[Problem requirements] When you reach the line containing "f 163 156 160" in the data below, begin returning lines exactly as written, and stop once the line containing "f 191 192 194" has been returned.

(Collected data)
_ _ _ _

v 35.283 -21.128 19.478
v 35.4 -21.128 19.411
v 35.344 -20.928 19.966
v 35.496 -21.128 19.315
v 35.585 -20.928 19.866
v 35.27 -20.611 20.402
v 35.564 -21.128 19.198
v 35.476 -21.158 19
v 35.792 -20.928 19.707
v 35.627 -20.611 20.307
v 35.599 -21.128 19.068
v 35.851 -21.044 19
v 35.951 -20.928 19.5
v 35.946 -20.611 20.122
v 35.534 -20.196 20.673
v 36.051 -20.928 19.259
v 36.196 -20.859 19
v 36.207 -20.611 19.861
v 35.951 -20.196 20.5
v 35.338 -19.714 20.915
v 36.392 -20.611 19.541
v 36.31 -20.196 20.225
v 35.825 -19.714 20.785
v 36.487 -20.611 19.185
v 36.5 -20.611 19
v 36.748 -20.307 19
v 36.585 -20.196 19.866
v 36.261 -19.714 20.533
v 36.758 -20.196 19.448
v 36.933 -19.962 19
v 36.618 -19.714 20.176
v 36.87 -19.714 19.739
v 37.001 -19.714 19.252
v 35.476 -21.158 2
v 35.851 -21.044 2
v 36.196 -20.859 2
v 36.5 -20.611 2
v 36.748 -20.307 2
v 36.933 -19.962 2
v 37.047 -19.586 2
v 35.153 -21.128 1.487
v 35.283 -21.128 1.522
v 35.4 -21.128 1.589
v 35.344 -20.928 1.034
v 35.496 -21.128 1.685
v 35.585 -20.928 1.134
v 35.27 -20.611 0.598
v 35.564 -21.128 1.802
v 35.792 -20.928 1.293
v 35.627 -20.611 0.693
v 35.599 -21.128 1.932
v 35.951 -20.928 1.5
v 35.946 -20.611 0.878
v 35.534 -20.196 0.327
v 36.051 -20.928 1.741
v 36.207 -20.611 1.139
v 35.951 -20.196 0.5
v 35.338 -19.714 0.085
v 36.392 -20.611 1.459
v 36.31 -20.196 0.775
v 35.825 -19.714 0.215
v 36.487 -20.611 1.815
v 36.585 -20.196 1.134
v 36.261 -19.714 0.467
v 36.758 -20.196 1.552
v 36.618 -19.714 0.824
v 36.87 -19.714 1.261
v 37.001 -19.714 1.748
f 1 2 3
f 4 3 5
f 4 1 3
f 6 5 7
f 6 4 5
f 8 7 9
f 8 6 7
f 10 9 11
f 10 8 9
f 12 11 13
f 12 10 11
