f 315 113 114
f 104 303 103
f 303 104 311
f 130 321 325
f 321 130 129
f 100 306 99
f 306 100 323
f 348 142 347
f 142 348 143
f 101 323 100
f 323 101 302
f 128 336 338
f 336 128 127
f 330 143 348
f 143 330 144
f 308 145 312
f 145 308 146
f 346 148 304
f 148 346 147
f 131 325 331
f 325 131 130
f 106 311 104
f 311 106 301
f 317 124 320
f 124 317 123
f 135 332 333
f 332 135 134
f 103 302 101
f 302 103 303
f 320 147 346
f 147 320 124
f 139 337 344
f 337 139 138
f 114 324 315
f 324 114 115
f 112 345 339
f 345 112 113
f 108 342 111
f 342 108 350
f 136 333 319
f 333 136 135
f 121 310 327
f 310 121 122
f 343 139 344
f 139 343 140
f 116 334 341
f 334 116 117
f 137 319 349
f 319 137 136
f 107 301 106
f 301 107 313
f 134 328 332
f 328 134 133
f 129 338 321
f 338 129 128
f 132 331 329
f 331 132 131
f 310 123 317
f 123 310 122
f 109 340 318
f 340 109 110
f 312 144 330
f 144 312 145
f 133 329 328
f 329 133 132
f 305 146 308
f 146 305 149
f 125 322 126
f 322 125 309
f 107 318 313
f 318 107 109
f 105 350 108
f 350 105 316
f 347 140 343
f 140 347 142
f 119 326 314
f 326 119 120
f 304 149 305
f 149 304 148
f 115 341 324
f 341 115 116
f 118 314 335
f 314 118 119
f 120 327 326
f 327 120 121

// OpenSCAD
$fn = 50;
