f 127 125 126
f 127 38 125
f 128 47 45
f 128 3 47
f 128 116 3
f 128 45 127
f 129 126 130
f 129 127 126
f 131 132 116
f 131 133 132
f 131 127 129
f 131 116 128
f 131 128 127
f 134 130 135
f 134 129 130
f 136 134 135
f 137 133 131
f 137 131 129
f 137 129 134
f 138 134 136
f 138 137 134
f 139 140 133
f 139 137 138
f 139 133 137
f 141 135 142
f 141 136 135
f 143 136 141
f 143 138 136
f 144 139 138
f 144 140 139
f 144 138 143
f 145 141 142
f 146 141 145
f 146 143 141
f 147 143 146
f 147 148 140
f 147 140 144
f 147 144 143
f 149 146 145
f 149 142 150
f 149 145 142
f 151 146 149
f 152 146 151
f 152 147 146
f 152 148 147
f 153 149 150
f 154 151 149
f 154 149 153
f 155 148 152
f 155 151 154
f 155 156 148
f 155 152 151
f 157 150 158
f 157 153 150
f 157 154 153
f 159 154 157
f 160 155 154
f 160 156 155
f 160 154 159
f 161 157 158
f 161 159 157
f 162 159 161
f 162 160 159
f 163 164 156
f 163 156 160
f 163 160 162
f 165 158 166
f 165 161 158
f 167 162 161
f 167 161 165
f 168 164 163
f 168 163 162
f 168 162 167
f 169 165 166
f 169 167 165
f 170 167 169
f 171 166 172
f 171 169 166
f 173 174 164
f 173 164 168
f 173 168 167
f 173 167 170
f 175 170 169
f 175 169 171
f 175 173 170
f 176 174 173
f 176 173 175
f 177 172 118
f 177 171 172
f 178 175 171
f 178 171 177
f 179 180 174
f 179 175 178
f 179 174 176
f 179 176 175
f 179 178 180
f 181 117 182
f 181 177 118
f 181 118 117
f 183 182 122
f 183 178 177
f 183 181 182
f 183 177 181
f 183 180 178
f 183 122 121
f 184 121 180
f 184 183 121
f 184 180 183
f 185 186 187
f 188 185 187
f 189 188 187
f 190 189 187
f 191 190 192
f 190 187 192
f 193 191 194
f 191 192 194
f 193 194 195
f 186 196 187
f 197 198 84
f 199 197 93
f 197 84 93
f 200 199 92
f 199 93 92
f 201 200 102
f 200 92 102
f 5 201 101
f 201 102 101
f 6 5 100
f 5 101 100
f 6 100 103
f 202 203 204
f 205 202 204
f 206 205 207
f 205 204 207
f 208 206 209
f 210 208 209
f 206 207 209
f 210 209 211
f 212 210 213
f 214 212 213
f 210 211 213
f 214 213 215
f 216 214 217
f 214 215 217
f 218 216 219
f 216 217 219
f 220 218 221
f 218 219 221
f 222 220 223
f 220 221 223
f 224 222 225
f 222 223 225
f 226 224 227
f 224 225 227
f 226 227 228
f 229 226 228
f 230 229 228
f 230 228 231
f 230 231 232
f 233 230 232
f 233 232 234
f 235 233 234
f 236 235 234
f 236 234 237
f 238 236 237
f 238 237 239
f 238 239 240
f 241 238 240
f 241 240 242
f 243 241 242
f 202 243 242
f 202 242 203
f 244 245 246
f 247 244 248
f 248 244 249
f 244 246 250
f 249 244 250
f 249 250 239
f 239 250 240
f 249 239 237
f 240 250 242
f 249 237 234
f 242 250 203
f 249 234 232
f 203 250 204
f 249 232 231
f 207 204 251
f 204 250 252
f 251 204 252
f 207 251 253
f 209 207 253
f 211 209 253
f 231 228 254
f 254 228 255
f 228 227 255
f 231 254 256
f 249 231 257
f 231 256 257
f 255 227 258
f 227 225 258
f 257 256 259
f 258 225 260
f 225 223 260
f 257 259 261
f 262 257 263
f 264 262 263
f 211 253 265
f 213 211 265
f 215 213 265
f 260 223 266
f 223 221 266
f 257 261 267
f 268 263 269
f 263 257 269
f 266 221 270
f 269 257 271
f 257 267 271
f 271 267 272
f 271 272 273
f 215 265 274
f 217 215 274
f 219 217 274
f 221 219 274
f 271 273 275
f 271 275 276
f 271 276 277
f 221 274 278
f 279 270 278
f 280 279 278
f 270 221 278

_ _ _ _

[Written answer]
f 163 156 160
f 163 160 162
f 165 158 166
f 165 161 158
f 167 162 161
f 167 161 165
f 168 164 163
f 168 163 162
f 168 162 167
f 169 165 166
f 169 167 165
f 170 167 169
f 171 166 172
f 171 169 166
f 173 174 164
f 173 164 168
f 173 168 167
f 173 167 170
f 175 170 169
f 175 169 171
f 175 173 170
f 176 174 173
f 176 173 175
f 177 172 118
f 177 171 172
f 178 175 171
f 178 171 177
f 179 180 174
f 179 175 178
f 179 174 176
f 179 176 175
f 179 178 180
f 181 117 182
f 181 177 118
f 181 118 117
f 183 182 122
f 183 178 177
f 183 181 182
f 183 177 181
f 183 180 178
f 183 122 121
f 184 121 180
f 184 183 121
f 184 180 183
f 185 186 187
f 188 185 187
f 189 188 187
f 190 189 187
f 191 190 192
f 190 187 192
f 193 191 194
f 191 192 194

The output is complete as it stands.